__SUPPLIED RECORDS__:
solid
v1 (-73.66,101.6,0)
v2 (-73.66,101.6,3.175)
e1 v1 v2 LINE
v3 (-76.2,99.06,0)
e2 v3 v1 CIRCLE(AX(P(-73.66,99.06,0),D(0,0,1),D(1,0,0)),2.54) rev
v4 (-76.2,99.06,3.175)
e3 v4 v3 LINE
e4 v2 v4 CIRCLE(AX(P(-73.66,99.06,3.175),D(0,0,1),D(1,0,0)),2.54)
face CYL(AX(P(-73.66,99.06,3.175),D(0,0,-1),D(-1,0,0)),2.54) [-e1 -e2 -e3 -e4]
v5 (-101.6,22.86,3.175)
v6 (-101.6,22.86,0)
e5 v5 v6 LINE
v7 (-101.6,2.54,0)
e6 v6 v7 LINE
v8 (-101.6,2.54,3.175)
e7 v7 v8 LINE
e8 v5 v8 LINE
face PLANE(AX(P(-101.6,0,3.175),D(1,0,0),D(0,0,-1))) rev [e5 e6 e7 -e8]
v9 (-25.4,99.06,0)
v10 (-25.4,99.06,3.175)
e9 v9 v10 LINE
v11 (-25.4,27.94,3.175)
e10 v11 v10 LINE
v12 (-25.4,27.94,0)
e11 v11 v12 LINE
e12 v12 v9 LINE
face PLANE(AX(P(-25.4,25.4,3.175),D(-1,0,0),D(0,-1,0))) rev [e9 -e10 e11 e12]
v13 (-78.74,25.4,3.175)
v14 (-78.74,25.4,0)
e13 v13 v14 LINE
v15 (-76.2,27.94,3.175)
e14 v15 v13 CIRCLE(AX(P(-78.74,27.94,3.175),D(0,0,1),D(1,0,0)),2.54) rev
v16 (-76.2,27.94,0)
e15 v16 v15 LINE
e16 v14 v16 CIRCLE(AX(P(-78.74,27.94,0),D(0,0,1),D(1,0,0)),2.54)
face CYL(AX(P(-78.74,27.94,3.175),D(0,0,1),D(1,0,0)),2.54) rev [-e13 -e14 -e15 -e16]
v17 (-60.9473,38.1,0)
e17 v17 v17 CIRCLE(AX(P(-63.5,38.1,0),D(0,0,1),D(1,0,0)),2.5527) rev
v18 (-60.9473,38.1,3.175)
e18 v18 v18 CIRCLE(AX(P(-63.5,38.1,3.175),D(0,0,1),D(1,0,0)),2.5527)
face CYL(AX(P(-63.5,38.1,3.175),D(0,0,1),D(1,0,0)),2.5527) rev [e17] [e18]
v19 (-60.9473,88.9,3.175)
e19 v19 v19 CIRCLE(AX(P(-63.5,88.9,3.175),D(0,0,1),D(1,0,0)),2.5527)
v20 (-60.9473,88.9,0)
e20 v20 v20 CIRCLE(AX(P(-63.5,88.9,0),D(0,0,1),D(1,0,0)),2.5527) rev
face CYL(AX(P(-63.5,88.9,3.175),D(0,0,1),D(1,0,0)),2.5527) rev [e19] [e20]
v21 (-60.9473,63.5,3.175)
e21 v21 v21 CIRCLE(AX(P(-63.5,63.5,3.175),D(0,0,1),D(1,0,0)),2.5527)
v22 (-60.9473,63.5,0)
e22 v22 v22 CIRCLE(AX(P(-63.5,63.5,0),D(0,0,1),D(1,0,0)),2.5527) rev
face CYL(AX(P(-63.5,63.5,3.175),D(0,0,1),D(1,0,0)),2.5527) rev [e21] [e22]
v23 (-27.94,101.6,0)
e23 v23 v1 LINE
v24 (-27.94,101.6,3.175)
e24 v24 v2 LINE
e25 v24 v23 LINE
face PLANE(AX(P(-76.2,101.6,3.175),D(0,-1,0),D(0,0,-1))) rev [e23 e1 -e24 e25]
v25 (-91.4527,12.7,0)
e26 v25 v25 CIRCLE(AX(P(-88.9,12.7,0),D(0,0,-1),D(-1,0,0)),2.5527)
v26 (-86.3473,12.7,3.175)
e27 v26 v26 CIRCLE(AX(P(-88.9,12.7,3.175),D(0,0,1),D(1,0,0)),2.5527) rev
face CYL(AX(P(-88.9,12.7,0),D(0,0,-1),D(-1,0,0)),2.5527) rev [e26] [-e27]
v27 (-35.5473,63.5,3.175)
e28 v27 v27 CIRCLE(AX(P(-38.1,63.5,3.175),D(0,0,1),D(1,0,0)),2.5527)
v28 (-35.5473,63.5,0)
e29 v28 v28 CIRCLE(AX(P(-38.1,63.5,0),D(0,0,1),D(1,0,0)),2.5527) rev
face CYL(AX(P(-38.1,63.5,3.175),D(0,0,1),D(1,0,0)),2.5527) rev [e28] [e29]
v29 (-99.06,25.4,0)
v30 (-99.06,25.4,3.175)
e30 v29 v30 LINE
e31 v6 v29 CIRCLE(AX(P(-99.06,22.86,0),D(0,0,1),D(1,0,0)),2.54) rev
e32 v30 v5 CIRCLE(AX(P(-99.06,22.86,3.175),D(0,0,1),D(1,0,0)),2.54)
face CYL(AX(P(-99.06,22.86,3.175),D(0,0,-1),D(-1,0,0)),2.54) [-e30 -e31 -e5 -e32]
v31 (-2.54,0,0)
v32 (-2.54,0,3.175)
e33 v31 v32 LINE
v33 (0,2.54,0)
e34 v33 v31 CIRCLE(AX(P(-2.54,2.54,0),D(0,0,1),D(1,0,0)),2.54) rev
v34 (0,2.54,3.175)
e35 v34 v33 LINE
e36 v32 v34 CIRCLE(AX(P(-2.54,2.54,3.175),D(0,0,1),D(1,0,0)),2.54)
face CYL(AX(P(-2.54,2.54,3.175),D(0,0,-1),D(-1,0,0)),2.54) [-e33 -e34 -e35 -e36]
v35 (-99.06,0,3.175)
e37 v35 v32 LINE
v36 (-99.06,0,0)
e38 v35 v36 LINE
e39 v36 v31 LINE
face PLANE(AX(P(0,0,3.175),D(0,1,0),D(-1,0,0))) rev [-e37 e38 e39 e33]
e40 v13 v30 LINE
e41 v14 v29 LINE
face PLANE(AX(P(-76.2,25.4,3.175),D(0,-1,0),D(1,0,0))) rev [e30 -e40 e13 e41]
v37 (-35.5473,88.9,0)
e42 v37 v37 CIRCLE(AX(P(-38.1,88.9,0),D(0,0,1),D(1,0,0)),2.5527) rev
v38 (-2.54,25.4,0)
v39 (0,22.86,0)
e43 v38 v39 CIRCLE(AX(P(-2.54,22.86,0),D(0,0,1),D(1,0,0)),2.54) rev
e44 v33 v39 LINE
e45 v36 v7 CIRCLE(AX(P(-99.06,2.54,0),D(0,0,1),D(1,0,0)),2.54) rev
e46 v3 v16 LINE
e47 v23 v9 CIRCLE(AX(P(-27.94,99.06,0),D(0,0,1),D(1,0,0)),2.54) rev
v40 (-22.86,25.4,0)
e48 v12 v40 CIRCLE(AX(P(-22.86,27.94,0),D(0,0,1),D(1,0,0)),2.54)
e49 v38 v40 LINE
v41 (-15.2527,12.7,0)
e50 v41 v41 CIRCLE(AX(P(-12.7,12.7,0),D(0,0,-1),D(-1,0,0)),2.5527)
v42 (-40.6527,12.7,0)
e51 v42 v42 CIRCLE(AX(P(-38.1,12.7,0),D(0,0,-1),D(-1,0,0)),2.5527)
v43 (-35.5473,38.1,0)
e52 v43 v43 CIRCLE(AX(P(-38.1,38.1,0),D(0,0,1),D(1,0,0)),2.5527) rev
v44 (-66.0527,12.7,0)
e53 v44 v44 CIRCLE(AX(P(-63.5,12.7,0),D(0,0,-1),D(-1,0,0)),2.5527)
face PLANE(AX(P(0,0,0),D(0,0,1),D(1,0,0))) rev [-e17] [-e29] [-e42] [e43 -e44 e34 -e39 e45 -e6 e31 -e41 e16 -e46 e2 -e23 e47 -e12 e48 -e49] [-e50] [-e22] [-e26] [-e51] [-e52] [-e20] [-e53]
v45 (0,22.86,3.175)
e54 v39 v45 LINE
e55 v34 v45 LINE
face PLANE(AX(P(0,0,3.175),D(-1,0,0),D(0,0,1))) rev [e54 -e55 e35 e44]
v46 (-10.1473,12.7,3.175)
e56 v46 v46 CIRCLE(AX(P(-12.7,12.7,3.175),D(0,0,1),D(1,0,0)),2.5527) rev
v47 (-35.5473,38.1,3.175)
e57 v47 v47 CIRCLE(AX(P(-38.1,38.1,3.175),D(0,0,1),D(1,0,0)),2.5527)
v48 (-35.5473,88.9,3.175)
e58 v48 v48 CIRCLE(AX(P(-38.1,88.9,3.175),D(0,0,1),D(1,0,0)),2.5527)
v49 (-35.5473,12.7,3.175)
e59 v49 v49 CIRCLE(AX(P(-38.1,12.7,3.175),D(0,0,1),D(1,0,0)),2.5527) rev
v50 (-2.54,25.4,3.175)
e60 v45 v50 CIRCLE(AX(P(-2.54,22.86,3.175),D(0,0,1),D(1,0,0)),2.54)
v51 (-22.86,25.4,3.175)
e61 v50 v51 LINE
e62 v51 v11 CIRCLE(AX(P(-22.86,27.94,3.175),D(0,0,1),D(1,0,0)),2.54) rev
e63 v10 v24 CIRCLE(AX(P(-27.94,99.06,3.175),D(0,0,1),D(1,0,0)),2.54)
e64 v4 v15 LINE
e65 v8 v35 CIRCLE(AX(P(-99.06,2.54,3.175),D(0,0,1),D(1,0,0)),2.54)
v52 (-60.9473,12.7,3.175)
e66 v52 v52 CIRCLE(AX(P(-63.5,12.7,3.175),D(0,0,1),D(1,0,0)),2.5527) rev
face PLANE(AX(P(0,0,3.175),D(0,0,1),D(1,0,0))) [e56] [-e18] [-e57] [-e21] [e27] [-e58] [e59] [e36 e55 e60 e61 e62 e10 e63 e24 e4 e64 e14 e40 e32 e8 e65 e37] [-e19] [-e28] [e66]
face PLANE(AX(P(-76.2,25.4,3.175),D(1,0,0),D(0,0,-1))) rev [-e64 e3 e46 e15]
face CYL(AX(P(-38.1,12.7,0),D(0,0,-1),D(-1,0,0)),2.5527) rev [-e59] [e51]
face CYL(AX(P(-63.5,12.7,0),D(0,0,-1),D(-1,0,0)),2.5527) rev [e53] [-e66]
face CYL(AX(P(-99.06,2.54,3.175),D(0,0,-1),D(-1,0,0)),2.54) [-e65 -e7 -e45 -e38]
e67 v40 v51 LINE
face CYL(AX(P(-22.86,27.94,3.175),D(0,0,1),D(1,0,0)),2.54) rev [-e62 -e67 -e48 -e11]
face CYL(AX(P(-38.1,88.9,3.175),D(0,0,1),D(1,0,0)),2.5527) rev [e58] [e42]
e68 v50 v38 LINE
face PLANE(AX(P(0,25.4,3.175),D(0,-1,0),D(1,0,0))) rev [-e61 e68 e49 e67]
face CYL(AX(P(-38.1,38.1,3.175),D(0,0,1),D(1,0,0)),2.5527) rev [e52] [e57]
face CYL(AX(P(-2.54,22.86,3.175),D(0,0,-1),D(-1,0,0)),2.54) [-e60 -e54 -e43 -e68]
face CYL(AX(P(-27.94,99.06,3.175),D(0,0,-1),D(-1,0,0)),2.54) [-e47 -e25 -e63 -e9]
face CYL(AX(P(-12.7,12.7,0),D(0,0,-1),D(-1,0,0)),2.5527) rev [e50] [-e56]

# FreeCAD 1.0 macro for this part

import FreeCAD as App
import Part
import Sketcher
from FreeCAD import Vector
Q = App.Units.Quantity


def edges_at(feature, points):
    """Names of the edges that pass closest to the given points."""
    edges = feature.Shape.Edges
    near = lambda p: min(range(len(edges)), key=lambda i: edges[i].distToShape(Part.Vertex(*p))[0])
    return sorted({f"Edge{near(p) + 1}" for p in points})


def add_polygon(sketch, points):
    """Adds a closed chain of lines whose ends are joined by coincident constraints."""
    first, n = sketch.GeometryCount, len(points)
    for a, b in zip(points, points[1:] + points[:1]):
        sketch.addGeometry(Part.LineSegment(App.Vector(*a, 0), App.Vector(*b, 0)), False)
    for i in range(n):
        sketch.addConstraint(Sketcher.Constraint("Coincident", first + i, 2, first + (i + 1) % n, 1))

doc = App.newDocument("Part")
body = doc.addObject("PartDesign::Body", "Body")

sketch1 = doc.addObject("Sketcher::SketchObject", "Sketch")
body.addObject(sketch1)
sketch1.AttachmentSupport = (doc.XY_Plane, [""])
sketch1.MapMode = "FlatFace"
add_polygon(sketch1, [(-76.2, 25.4), (-101.6, 25.4), (-101.6, 0), (0, 0), (0, 25.4), (-25.4, 25.4), (-25.4, 101.6), (-76.2, 101.6)])
sketch1.addConstraint(Sketcher.Constraint("Horizontal", 0))
sketch1.addConstraint(Sketcher.Constraint("Vertical", 1))
sketch1.addConstraint(Sketcher.Constraint("Horizontal", 2))
sketch1.addConstraint(Sketcher.Constraint("Vertical", 3))
sketch1.addConstraint(Sketcher.Constraint("Horizontal", 4))
sketch1.addConstraint(Sketcher.Constraint("Vertical", 5))
sketch1.addConstraint(Sketcher.Constraint("Horizontal", 6))
sketch1.addConstraint(Sketcher.Constraint("Vertical", 7))
sketch1.addConstraint(Sketcher.Constraint("Coincident", 2, 2, -1, 1))
sketch1.addConstraint(Sketcher.Constraint("Horizontal", 0, 2, 3, 2))
sketch1.addConstraint(Sketcher.Constraint("Equal", 0, 4))
sketch1.addConstraint(Sketcher.Constraint("Equal", 4, 1))
sketch1.addConstraint(Sketcher.Constraint("DistanceX", 0, 2, 0, 1, Q("1 in")))
sketch1.addConstraint(Sketcher.Constraint("DistanceX", 2, 1, 2, 2, Q("4 in")))
sketch1.addConstraint(Sketcher.Constraint("DistanceY", 5, 1, 5, 2, Q("3 in")))
pad1 = doc.addObject("PartDesign::Pad", "Pad")
body.addObject(pad1)
pad1.Profile = sketch1
pad1.Length = Q("0.125 in")
doc.recompute()

fillet = doc.addObject("PartDesign::Fillet", "Fillet")
body.addObject(fillet)
fillet.Base = (pad1, edges_at(pad1, [
    (0, 0, 1.587),
    (-101.6, 0, 1.587),
    (-101.6, 25.4, 1.587),
    (-76.2, 25.4, 1.587),
    (-76.2, 101.6, 1.587),
    (-25.4, 101.6, 1.587),
    (-25.4, 25.4, 1.587),
    (0, 25.4, 1.587),
]))
fillet.Radius = Q("0.1 in")

sketch2 = doc.addObject("Sketcher::SketchObject", "Sketch001")
body.addObject(sketch2)
sketch2.AttachmentSupport = (doc.XY_Plane, [""])
sketch2.MapMode = "FlatFace"
sketch2.AttachmentOffset = App.Placement(Vector(0, 0, 0.125 * 25.4), App.Rotation())
sketch2.addGeometry(Part.Circle(Vector(-63.5, 88.9, 0), Vector(0, 0, 1), 2.5527), False)
sketch2.addGeometry(Part.Circle(Vector(-63.5, 63.5, 0), Vector(0, 0, 1), 2.5527), False)
sketch2.addGeometry(Part.Circle(Vector(-63.5, 38.1, 0), Vector(0, 0, 1), 2.5527), False)
sketch2.addGeometry(Part.Circle(Vector(-38.1, 88.9, 0), Vector(0, 0, 1), 2.5527), False)
sketch2.addGeometry(Part.Circle(Vector(-38.1, 63.5, 0), Vector(0, 0, 1), 2.5527), False)
sketch2.addGeometry(Part.Circle(Vector(-38.1, 38.1, 0), Vector(0, 0, 1), 2.5527), False)
sketch2.addConstraint(Sketcher.Constraint("Equal", 0, 1))
sketch2.addConstraint(Sketcher.Constraint("Equal", 1, 2))
sketch2.addConstraint(Sketcher.Constraint("Equal", 2, 3))
sketch2.addConstraint(Sketcher.Constraint("Equal", 3, 4))
sketch2.addConstraint(Sketcher.Constraint("Equal", 4, 5))
sketch2.addConstraint(Sketcher.Constraint("Horizontal", 0, 3, 3, 3))
sketch2.addConstraint(Sketcher.Constraint("Horizontal", 1, 3, 4, 3))
sketch2.addConstraint(Sketcher.Constraint("Horizontal", 2, 3, 5, 3))
sketch2.addConstraint(Sketcher.Constraint("Vertical", 0, 3, 1, 3))
sketch2.addConstraint(Sketcher.Constraint("Vertical", 1, 3, 2, 3))
sketch2.addConstraint(Sketcher.Constraint("Vertical", 3, 3, 4, 3))
sketch2.addConstraint(Sketcher.Constraint("Vertical", 4, 3, 5, 3))
sketch2.addConstraint(Sketcher.Constraint("Diameter", 0, Q("0.201 in")))
sketch2.addConstraint(Sketcher.Constraint("DistanceY", 1, 3, 0, 3, Q("1 in")))
sketch2.addConstraint(Sketcher.Constraint("DistanceY", 2, 3, 1, 3, Q("1 in")))
sketch2.addConstraint(Sketcher.Constraint("DistanceX", 0, 3, 3, 3, Q("1 in")))
sketch2.addConstraint(Sketcher.Constraint("DistanceX", 0, 3, -1, 1, Q("2.5 in")))
sketch2.addConstraint(Sketcher.Constraint("DistanceY", -1, 1, 0, 3, Q("3.5 in")))
doc.recompute()
hole = doc.addObject("PartDesign::Hole", "Hole")
body.addObject(hole)
hole.Profile = sketch2
hole.ThreadType = "None"
hole.Diameter = Q("0.201 in")
hole.DepthType = "ThroughAll"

__WHAT TO DO__: Using only the listing above, restate exactly the lines from the line containing "e16 v14 v16" through the line containing "v28 (-35.5473,63.5,0)", both included.

__OUTPUT OF THE TASK__:
e16 v14 v16 CIRCLE(AX(P(-78.74,27.94,0),D(0,0,1),D(1,0,0)),2.54)
face CYL(AX(P(-78.74,27.94,3.175),D(0,0,1),D(1,0,0)),2.54) rev [-e13 -e14 -e15 -e16]
v17 (-60.9473,38.1,0)
e17 v17 v17 CIRCLE(AX(P(-63.5,38.1,0),D(0,0,1),D(1,0,0)),2.5527) rev
v18 (-60.9473,38.1,3.175)
e18 v18 v18 CIRCLE(AX(P(-63.5,38.1,3.175),D(0,0,1),D(1,0,0)),2.5527)
face CYL(AX(P(-63.5,38.1,3.175),D(0,0,1),D(1,0,0)),2.5527) rev [e17] [e18]
v19 (-60.9473,88.9,3.175)
e19 v19 v19 CIRCLE(AX(P(-63.5,88.9,3.175),D(0,0,1),D(1,0,0)),2.5527)
v20 (-60.9473,88.9,0)
e20 v20 v20 CIRCLE(AX(P(-63.5,88.9,0),D(0,0,1),D(1,0,0)),2.5527) rev
face CYL(AX(P(-63.5,88.9,3.175),D(0,0,1),D(1,0,0)),2.5527) rev [e19] [e20]
v21 (-60.9473,63.5,3.175)
e21 v21 v21 CIRCLE(AX(P(-63.5,63.5,3.175),D(0,0,1),D(1,0,0)),2.5527)
v22 (-60.9473,63.5,0)
e22 v22 v22 CIRCLE(AX(P(-63.5,63.5,0),D(0,0,1),D(1,0,0)),2.5527) rev
face CYL(AX(P(-63.5,63.5,3.175),D(0,0,1),D(1,0,0)),2.5527) rev [e21] [e22]
v23 (-27.94,101.6,0)
e23 v23 v1 LINE
v24 (-27.94,101.6,3.175)
e24 v24 v2 LINE
e25 v24 v23 LINE
face PLANE(AX(P(-76.2,101.6,3.175),D(0,-1,0),D(0,0,-1))) rev [e23 e1 -e24 e25]
v25 (-91.4527,12.7,0)
e26 v25 v25 CIRCLE(AX(P(-88.9,12.7,0),D(0,0,-1),D(-1,0,0)),2.5527)
v26 (-86.3473,12.7,3.175)
e27 v26 v26 CIRCLE(AX(P(-88.9,12.7,3.175),D(0,0,1),D(1,0,0)),2.5527) rev
face CYL(AX(P(-88.9,12.7,0),D(0,0,-1),D(-1,0,0)),2.5527) rev [e26] [-e27]
v27 (-35.5473,63.5,3.175)
e28 v27 v27 CIRCLE(AX(P(-38.1,63.5,3.175),D(0,0,1),D(1,0,0)),2.5527)
v28 (-35.5473,63.5,0)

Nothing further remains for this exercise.